▸ Saved entries:
-- Opening Marker --

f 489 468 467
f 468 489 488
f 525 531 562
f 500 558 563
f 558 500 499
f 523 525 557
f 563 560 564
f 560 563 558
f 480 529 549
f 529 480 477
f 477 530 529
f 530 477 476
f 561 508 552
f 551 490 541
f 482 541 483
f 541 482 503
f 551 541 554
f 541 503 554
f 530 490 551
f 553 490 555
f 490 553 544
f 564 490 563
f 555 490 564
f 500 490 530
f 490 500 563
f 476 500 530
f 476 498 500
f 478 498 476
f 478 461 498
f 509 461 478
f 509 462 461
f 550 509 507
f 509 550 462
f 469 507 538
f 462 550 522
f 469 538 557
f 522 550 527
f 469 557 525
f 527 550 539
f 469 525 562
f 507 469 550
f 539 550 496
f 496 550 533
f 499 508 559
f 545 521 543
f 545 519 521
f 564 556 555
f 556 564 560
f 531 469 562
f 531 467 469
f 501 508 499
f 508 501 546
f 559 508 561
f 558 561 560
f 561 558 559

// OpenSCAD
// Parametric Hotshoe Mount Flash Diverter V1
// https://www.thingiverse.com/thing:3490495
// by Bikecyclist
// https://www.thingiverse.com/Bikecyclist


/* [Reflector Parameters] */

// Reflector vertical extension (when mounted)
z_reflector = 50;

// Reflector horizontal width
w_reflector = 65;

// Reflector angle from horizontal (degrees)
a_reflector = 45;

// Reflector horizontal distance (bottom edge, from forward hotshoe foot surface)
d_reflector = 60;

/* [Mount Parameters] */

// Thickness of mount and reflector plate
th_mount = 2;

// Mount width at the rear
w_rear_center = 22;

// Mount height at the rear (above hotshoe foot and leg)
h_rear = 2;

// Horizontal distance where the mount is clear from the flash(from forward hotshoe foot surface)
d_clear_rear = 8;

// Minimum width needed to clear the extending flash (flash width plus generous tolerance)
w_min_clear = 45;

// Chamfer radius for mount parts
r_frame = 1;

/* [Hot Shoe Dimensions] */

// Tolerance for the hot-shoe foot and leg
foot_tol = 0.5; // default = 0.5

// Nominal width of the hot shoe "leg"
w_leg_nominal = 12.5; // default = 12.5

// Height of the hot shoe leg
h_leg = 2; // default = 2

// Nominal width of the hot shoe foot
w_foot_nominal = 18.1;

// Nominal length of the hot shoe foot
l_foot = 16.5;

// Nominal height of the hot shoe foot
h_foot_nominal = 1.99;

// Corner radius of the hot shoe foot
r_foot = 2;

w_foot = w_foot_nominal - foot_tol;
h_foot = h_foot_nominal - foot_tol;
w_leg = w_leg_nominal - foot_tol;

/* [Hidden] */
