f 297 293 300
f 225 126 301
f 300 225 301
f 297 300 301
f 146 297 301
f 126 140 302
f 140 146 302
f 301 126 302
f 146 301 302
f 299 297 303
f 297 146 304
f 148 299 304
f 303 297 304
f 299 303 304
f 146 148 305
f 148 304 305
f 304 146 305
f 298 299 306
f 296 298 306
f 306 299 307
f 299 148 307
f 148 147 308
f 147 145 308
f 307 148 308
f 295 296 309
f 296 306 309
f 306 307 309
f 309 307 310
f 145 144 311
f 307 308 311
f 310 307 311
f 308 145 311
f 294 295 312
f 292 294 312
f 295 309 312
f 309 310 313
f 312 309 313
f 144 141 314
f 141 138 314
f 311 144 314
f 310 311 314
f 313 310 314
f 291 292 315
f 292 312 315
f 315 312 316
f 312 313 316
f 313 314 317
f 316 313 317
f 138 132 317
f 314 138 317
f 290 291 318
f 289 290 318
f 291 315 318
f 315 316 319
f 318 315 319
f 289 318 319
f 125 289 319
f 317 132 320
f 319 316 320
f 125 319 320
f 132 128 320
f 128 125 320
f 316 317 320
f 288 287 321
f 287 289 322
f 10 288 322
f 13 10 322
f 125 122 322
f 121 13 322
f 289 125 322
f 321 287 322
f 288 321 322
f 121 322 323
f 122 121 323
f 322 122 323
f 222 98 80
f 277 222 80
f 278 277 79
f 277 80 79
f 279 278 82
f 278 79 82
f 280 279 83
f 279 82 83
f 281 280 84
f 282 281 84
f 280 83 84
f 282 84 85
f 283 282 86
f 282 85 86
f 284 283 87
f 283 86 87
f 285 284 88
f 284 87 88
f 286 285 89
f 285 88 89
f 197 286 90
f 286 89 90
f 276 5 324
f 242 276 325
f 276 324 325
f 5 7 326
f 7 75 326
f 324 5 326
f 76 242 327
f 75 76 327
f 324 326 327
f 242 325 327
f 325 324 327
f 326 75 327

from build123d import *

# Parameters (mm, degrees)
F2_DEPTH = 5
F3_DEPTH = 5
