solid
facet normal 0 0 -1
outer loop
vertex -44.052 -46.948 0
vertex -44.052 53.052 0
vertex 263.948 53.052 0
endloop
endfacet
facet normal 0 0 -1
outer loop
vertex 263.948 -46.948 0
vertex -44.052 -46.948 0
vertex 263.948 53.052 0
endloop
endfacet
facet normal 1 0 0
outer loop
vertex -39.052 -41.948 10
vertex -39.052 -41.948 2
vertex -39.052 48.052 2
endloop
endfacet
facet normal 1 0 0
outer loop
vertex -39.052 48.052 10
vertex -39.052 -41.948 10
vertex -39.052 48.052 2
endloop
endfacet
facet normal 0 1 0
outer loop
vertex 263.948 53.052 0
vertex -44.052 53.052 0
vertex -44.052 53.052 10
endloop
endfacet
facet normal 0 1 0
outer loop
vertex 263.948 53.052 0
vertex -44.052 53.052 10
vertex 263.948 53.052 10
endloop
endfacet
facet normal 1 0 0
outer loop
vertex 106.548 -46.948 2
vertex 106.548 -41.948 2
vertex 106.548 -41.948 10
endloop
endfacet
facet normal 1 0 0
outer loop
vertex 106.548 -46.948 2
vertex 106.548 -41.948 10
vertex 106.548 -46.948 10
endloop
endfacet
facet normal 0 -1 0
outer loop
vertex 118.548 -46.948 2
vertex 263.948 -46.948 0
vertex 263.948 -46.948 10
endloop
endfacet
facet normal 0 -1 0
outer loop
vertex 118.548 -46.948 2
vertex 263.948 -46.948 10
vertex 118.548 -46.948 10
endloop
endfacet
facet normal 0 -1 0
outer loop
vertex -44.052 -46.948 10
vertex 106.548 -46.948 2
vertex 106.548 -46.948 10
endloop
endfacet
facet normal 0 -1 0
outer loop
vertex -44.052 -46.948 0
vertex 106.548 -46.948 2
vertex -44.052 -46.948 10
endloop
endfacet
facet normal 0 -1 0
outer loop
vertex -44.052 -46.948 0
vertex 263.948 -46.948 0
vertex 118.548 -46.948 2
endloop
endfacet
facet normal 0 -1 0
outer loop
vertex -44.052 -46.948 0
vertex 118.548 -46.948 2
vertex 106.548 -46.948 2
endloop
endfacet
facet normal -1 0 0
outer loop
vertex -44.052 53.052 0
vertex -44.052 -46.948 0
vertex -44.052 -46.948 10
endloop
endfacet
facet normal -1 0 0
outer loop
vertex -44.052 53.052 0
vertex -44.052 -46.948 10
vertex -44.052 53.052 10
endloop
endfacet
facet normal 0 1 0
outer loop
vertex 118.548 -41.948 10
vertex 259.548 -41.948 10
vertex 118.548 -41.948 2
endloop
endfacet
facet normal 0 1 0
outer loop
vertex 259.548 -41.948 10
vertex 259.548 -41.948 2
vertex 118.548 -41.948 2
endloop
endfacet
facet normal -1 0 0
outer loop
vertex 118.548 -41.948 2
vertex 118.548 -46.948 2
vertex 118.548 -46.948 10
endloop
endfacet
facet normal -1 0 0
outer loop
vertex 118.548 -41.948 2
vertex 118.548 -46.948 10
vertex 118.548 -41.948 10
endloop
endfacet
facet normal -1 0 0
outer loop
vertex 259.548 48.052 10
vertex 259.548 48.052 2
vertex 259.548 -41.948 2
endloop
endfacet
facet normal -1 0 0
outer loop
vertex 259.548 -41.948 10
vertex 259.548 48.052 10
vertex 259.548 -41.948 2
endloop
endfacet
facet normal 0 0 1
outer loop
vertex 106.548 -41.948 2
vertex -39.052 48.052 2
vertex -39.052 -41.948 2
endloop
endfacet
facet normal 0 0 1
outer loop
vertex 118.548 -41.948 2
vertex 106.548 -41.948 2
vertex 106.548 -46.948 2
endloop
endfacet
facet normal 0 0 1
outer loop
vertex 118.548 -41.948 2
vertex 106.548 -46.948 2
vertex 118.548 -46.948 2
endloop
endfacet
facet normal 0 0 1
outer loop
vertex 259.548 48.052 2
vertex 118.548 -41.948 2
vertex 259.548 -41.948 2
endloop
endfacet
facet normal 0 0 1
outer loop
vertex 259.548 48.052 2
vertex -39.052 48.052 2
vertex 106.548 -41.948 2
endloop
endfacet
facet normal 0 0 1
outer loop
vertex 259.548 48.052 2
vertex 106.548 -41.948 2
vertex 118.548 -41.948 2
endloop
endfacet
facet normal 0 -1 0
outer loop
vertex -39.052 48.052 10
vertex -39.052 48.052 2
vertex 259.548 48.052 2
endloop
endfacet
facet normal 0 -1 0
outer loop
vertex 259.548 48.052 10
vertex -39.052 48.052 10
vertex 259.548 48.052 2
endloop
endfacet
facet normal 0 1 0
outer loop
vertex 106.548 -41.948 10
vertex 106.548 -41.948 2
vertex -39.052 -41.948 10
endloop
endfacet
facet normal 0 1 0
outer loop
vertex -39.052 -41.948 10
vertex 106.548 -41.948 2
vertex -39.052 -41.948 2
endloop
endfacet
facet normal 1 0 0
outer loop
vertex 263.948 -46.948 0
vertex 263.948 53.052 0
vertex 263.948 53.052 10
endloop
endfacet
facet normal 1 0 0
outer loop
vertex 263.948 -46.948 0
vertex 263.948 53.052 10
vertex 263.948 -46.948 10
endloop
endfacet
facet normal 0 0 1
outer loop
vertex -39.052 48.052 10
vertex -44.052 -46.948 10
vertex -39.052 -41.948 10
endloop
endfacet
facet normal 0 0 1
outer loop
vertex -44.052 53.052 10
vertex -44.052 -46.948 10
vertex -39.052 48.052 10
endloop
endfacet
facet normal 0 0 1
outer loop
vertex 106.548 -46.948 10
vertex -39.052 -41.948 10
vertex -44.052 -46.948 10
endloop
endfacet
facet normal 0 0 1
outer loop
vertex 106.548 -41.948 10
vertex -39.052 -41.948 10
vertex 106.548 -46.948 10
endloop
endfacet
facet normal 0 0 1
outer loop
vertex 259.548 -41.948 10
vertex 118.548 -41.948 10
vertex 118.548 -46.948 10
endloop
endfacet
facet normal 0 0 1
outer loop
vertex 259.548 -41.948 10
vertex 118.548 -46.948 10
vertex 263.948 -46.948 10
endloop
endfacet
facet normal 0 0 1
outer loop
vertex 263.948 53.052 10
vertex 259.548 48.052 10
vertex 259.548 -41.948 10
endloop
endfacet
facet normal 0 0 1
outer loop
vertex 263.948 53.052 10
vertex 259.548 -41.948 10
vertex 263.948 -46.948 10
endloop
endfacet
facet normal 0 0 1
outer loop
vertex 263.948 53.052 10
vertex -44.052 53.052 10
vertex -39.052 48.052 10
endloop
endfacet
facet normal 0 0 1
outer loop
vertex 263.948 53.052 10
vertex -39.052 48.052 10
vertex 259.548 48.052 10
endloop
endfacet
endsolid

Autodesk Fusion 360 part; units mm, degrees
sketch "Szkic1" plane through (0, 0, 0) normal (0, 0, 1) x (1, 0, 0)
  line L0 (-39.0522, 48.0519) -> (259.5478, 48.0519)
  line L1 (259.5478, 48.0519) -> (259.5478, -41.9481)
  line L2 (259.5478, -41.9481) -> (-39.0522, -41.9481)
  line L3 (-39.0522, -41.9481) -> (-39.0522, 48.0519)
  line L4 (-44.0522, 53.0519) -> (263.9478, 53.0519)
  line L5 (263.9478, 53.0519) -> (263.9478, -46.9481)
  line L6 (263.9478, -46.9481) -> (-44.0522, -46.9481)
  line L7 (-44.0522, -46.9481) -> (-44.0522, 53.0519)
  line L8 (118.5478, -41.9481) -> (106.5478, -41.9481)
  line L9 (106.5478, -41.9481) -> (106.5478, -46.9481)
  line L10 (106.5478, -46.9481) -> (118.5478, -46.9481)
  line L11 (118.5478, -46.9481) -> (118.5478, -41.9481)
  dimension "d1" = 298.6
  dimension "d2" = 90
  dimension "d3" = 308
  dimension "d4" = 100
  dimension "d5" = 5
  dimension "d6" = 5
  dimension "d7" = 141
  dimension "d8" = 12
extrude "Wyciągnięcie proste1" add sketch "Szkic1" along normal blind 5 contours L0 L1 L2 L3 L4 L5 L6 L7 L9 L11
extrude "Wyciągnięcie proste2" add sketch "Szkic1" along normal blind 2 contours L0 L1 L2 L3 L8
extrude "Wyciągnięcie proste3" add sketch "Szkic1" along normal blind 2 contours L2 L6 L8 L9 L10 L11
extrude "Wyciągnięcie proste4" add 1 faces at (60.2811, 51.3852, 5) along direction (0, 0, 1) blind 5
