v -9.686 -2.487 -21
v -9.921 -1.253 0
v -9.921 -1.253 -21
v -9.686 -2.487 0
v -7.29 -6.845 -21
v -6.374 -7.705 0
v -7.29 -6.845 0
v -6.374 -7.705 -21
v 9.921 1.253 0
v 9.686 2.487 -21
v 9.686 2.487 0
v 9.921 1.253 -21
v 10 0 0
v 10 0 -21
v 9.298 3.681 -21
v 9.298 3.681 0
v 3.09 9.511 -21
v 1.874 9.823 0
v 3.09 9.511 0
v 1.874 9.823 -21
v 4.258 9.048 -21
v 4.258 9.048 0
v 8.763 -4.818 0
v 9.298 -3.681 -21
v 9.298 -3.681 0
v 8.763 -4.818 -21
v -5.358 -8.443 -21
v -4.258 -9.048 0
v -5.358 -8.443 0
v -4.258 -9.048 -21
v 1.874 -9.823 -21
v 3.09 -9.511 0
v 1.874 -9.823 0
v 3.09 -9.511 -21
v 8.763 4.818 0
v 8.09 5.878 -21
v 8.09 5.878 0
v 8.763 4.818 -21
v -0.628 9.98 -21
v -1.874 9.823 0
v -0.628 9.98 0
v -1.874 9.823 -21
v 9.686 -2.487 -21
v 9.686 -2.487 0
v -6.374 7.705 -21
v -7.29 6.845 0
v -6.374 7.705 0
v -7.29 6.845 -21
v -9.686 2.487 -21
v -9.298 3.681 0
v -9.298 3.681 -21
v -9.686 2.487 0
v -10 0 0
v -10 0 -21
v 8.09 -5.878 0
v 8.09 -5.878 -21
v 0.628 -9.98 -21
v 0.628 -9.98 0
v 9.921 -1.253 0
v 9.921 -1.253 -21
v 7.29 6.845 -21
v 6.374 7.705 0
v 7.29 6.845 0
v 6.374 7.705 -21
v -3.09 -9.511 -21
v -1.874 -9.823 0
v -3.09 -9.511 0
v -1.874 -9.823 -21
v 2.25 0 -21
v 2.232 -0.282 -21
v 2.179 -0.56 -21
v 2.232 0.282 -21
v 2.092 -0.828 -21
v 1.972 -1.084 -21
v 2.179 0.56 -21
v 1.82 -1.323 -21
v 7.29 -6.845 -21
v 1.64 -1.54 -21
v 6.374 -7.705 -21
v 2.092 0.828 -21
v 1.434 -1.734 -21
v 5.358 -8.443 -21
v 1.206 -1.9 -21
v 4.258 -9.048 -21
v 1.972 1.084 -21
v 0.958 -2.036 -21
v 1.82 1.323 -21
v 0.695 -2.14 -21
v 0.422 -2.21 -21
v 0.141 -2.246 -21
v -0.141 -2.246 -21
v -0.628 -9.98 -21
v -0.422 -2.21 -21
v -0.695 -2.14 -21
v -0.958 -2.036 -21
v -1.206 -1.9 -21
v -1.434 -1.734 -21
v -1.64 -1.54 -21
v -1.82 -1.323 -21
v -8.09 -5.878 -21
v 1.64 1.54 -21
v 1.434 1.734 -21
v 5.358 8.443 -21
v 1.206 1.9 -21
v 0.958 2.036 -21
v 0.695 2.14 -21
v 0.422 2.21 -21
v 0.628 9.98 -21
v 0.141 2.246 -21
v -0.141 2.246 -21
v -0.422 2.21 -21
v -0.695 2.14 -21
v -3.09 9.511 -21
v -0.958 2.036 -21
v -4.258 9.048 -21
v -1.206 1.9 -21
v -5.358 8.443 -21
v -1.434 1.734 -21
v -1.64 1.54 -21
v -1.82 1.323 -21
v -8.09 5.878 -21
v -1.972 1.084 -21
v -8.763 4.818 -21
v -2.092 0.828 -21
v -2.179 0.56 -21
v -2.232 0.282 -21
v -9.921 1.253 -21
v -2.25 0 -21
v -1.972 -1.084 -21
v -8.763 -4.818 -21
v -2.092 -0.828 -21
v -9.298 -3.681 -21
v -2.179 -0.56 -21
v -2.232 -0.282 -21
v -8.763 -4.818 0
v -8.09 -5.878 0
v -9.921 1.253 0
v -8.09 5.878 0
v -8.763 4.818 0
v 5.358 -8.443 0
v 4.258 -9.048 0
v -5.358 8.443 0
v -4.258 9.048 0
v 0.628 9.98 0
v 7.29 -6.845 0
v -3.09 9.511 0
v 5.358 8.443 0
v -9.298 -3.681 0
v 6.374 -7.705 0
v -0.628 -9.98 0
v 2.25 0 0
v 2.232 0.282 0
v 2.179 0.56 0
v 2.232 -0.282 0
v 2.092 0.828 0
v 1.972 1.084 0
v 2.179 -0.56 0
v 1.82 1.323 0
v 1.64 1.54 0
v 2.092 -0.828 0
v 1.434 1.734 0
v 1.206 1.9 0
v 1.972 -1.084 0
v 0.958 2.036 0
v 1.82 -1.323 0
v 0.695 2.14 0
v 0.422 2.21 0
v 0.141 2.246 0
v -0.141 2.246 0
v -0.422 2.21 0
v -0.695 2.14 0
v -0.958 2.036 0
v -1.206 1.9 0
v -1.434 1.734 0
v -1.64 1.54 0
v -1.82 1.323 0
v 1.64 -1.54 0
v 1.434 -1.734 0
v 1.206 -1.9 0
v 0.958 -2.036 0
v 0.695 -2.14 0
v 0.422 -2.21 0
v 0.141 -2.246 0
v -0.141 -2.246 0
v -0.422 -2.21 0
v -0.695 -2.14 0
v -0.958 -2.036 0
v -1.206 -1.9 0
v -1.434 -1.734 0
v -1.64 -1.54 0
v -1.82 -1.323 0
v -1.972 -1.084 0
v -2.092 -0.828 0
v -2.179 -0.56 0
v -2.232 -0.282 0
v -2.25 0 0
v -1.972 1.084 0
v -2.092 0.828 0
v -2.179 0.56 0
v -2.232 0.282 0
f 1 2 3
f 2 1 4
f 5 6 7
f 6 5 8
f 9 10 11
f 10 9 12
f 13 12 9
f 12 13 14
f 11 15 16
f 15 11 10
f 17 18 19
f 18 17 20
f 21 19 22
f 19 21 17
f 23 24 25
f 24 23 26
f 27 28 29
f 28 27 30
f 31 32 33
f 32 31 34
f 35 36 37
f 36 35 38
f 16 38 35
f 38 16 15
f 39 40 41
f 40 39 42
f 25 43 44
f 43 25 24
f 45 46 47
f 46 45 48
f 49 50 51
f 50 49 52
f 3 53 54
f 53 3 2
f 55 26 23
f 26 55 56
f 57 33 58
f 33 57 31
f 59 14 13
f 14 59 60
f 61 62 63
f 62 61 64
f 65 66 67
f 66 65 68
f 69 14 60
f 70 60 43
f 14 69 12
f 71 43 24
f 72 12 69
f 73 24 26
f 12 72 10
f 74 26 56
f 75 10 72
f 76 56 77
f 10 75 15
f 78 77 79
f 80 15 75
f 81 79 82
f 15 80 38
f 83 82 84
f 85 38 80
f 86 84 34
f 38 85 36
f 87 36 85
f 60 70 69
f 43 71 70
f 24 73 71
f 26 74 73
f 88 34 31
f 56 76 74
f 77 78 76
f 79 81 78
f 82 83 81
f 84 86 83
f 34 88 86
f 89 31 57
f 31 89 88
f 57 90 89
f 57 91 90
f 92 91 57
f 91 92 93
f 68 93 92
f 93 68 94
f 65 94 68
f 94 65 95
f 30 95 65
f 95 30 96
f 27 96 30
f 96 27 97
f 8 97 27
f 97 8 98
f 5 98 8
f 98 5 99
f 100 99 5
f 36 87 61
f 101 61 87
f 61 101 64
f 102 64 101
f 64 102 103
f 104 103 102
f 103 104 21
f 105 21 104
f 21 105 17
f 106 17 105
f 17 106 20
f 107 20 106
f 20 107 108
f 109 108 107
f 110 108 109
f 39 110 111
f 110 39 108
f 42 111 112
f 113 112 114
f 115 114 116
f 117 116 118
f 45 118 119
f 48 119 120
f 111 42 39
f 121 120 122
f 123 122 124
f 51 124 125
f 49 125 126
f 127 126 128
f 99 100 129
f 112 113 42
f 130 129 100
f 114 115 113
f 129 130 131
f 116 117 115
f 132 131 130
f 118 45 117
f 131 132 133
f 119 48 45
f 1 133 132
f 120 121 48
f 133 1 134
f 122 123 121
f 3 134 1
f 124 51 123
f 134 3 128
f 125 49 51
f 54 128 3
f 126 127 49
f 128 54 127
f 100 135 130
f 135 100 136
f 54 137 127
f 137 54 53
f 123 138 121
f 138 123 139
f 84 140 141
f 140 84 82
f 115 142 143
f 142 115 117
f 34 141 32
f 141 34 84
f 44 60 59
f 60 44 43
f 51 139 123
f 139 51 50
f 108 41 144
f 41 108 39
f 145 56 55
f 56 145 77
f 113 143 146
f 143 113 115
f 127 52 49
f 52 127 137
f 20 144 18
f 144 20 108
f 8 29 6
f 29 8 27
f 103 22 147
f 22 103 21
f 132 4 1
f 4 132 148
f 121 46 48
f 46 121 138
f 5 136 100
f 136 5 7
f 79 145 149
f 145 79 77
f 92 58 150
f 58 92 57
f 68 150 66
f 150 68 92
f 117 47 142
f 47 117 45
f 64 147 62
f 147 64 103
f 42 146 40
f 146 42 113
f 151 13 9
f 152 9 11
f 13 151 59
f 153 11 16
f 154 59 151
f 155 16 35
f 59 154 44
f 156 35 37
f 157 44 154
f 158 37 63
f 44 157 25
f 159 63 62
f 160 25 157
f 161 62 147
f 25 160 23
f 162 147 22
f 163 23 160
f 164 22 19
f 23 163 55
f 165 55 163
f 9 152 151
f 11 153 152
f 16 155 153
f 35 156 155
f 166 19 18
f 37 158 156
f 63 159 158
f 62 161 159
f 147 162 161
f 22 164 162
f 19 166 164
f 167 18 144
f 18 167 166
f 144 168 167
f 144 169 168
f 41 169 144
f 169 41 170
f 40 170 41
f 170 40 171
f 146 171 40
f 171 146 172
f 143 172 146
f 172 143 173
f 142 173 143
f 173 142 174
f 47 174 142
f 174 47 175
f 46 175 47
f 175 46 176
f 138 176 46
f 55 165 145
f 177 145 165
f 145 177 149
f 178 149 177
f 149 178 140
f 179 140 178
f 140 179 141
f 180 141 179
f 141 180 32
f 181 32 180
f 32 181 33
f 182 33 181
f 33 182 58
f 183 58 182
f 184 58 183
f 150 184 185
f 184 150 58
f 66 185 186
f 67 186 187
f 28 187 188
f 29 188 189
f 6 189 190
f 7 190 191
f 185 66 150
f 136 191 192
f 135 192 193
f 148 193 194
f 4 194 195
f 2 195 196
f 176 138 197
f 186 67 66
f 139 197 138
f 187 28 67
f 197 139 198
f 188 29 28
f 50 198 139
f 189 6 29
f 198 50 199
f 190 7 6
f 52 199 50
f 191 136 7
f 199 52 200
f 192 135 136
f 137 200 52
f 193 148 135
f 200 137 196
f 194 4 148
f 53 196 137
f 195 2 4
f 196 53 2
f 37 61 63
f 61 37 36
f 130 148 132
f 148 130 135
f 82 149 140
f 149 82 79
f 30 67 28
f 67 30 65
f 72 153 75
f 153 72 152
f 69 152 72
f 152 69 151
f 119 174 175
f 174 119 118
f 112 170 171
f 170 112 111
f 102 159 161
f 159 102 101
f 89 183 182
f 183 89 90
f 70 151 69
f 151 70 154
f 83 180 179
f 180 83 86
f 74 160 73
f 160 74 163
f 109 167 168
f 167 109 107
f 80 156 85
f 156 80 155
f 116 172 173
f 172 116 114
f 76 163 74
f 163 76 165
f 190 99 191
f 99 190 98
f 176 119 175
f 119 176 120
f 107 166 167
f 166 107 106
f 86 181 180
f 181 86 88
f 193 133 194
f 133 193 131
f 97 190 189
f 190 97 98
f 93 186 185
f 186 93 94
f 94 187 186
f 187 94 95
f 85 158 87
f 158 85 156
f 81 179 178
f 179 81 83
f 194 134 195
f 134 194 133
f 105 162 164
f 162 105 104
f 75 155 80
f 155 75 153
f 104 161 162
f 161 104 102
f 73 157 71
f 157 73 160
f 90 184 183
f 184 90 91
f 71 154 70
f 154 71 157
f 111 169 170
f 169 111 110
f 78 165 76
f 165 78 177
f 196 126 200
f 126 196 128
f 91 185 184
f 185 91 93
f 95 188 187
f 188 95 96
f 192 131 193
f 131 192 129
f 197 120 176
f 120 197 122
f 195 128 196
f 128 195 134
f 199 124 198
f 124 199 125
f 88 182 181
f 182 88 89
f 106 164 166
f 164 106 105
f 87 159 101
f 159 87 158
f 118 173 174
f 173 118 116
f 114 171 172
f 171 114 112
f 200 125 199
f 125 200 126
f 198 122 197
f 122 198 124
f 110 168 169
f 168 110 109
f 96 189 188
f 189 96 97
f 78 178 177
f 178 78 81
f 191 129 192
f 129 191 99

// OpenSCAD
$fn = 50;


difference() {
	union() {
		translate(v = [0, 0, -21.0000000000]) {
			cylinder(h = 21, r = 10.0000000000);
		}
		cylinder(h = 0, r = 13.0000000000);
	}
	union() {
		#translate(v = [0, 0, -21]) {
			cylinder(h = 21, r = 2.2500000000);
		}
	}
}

-- Closing Marker --

▸ REQUIRED ACTION: Please reproduce, exactly as written, the lines of the records from the first line through the one containing "f 507 469 550".

▸ ANSWER SPACE:
f 489 468 467
f 468 489 488
f 525 531 562
f 500 558 563
f 558 500 499
f 523 525 557
f 563 560 564
f 560 563 558
f 480 529 549
f 529 480 477
f 477 530 529
f 530 477 476
f 561 508 552
f 551 490 541
f 482 541 483
f 541 482 503
f 551 541 554
f 541 503 554
f 530 490 551
f 553 490 555
f 490 553 544
f 564 490 563
f 555 490 564
f 500 490 530
f 490 500 563
f 476 500 530
f 476 498 500
f 478 498 476
f 478 461 498
f 509 461 478
f 509 462 461
f 550 509 507
f 509 550 462
f 469 507 538
f 462 550 522
f 469 538 557
f 522 550 527
f 469 557 525
f 527 550 539
f 469 525 562
f 507 469 550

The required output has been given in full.